郑小北问:“最近都忙什么呢?”
吴尽眉头又皱了起来,有些烦躁,想点烟,放在嘴里又没了兴致,只好又拿下来,有些索然无味道:“局里就那些事情,除了忙没什么乐趣,你们做律师的,跟检察院打交道还少吗,这些应该最清楚。”
郑小北:“还以为你能说点新鲜的。”
吴尽偏过头看向远处一片深夜,路边过去一辆车,打着双闪停下来,那光线有些刺眼,他转过脸来,不经意地开口:“李京宜她爸出了什么事你知道吗?”
郑小北猝不及防一怔。
吴尽眼神一沉:“别告诉我你不知道。”
郑小北笑了一声,其实这人很少笑,只是跟老陈走得近,大家来往稍微多一些,但这次单独两个人喝酒,还是第一次。除了今晚的事儿推到这,大概还有什么意思,彼此都心照不宣。
郑小北揶揄:“原来你是为了这个。”
吴尽被戳中心事,有些不自在,端起酒喝,抬眼看向别处,口是心非道:“这几年忙着工作,对那事儿没什么心思。”
郑小北忽然问:“那要是我追李京宜,你介意吗?”
吴尽动作一顿,把酒放在桌上,认真打量了一眼郑小北,神色慢慢淡漠下来,很久都没有说话,嘴唇抿紧了,眼神复杂,他在确定这句话是不是玩笑。

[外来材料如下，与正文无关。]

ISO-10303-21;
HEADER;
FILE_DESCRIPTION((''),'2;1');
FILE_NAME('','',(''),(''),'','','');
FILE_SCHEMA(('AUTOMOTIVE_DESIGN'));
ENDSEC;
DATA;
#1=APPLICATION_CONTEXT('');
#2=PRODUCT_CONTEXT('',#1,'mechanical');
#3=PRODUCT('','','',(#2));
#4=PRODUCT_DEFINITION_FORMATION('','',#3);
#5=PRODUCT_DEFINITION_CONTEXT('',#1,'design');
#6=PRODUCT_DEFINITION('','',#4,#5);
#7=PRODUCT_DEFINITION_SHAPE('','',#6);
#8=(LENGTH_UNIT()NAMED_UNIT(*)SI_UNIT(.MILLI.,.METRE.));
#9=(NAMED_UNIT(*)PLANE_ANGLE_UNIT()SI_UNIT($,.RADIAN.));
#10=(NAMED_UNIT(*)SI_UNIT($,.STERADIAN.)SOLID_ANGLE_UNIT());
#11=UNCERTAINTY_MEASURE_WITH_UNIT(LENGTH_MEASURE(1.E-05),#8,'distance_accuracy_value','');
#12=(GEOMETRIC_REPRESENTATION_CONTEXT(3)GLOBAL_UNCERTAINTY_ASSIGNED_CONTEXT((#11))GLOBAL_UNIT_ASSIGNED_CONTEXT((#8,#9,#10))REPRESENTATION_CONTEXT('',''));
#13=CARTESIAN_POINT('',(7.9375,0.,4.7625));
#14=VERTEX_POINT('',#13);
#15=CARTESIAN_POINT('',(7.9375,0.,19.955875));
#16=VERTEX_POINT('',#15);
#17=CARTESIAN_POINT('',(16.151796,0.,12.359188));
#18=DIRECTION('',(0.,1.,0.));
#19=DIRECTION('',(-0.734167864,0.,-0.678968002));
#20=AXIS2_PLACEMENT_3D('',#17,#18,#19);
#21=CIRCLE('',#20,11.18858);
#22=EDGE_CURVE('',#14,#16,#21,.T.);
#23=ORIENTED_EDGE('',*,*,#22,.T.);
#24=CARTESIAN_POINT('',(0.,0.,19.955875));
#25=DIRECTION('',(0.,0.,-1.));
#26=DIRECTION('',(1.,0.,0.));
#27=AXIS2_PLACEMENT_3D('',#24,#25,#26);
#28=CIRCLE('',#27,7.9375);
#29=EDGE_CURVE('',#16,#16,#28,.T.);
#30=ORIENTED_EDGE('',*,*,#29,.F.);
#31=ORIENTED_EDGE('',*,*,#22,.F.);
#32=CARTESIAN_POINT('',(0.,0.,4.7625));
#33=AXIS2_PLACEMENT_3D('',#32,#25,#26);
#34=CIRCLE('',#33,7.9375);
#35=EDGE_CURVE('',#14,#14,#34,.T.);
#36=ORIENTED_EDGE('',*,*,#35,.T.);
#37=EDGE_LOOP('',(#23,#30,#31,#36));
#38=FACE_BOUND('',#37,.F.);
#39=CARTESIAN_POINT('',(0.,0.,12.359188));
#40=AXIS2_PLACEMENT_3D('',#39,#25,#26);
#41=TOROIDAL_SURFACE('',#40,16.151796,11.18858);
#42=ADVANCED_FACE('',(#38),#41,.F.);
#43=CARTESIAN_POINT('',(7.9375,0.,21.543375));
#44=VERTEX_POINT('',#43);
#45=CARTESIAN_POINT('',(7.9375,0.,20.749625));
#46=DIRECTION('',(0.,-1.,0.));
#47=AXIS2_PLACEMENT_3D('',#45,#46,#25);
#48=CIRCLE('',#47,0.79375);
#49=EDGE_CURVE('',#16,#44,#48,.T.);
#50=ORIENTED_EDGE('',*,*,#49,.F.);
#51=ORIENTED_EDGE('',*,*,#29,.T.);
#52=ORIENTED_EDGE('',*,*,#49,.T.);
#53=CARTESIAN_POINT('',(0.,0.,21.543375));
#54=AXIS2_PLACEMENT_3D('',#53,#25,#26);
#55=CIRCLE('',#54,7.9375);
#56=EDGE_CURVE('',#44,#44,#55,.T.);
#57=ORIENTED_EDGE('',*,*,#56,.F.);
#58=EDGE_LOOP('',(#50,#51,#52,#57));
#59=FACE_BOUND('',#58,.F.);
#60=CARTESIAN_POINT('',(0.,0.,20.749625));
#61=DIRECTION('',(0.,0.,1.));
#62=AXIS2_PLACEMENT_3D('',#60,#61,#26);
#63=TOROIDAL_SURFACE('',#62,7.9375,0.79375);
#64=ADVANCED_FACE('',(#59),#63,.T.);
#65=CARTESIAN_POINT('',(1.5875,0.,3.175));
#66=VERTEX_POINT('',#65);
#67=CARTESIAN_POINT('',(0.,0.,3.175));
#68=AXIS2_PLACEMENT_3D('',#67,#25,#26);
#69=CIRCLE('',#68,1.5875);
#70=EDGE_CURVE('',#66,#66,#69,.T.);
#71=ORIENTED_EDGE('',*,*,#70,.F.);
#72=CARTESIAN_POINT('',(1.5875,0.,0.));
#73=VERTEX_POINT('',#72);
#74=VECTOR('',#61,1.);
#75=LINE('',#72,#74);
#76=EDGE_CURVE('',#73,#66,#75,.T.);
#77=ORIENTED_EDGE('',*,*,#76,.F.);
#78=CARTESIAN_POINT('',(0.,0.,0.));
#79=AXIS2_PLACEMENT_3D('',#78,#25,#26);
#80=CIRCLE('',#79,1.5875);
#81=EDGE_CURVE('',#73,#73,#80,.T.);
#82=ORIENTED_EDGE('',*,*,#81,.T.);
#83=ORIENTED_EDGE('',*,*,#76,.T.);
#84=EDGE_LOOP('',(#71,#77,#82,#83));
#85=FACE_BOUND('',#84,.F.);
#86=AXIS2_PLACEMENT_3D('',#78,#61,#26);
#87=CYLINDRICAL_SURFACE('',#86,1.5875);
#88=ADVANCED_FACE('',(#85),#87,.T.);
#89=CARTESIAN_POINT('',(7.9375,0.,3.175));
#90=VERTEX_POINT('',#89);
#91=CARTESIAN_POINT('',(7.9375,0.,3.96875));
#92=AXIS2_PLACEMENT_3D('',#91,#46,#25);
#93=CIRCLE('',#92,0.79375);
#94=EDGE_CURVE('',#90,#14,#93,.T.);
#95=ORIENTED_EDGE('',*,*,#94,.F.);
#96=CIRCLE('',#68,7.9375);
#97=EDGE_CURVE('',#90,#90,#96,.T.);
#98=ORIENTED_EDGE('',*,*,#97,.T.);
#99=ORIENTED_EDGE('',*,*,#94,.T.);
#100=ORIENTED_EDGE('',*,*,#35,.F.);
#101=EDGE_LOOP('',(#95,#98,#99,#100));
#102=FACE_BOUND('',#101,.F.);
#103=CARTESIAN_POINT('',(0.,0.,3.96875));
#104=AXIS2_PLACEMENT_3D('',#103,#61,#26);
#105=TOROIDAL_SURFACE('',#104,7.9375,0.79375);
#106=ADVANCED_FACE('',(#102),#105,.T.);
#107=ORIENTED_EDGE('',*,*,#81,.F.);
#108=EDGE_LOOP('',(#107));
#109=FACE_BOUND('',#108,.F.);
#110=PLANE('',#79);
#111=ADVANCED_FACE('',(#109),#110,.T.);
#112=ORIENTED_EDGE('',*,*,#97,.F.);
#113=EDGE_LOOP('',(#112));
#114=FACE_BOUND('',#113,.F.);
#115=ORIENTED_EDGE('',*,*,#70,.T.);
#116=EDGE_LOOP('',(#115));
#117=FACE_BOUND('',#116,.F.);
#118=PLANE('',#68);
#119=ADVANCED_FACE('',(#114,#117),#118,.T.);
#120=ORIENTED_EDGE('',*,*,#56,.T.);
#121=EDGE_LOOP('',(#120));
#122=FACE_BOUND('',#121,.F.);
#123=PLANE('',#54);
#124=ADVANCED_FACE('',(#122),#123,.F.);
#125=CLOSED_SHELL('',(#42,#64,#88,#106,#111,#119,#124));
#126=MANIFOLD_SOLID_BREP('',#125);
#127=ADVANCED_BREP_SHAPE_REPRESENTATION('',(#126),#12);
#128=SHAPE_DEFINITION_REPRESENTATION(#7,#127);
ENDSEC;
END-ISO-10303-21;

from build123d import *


with BuildPart() as f1:
    # F0 (on Front) → F1 (revolve)
    with BuildSketch(Plane.XZ):
        with BuildLine():
            Line((0, 21.543375), (0, 0))
            Line((0, 0), (1.5875, 0))
            Line((1.5875, 0), (1.5875, 3.175))
            Line((1.5875, 3.175), (7.9375, 3.175))
            ThreePointArc((7.9375, 3.175), (8.73125, 3.96875), (7.9375, 4.7625))
            ThreePointArc((7.9375, 4.7625), (4.963216, 12.359188), (7.9375, 19.955875))
            ThreePointArc((7.9375, 19.955875), (8.73125, 20.749625), (7.9375, 21.543375))
            Line((7.9375, 21.543375), (0, 21.543375))
        make_face()
    revolve(axis=Axis((0, 0, 10.771688), (0, 0, -1)))


solid = f1.part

郑小北又笑了:“你们当初在一起的时候,我挺意外的,但也接受了。你这人性子狂妄自大,但是不得不承认,你对她真的挺好。”
李京宜性子软,但面上冷淡。
吴尽追了她很久,当初第一眼见了,感觉不是很强烈,但就是那双眼睛特别沉静,偏瘦,皮肤白皙,别人说什么都信,让人觉得很好骗。
有一次学校晚会,他靠在椅子上,无心逗弄了一句:“我酒精过敏,有些难受。”她当时只是定定看了他一会儿,就出去了。吴尽以为她不乐意和他说话,跑了。过了一会儿,她拎了一袋药回来。吴尽看着她,许久说不出话来。
那时候他觉得,她真的很单纯,有一天被人卖了还帮人数钱。再后来又接触了几次,他觉得这女孩挺有意思,后来大学又在一个城市,班里聚会见了几次,便开始追她。这些年分分合合,毕业工作,眼看就要奔着结婚去了。
路边有人走过去,吹着口哨。
郑小北见吴尽的眼神有些空茫,给他倒满了酒:“后来你们分了,听说是她提的,说实话我一点都不惊讶。你父母都在重要机关,要是搭上一个犯过事的亲家,这对你的前途不是好事,政审那一关都很难。”
吴尽沉下脸来,转过头:“这话什么意思?”
当初大家都知道他们分了手,他喝了一晚上的酒,醉的不省人事,第二天醒来之后再也没提过李京宜,也没人敢在他跟前提。这三年他在基层风吹日晒,几乎不理会外面的事,对李京宜的家事一无所知。
郑小北哦了一声,却卖着关子。
“你想说什么?说清楚。”
郑小北沉默了一会儿,用一种有些感慨命运弄人的怅然若失的语气说:“好像是她爸的厂子出了点事,被人告了,差点进里边去,这几年她一直忙这个事。”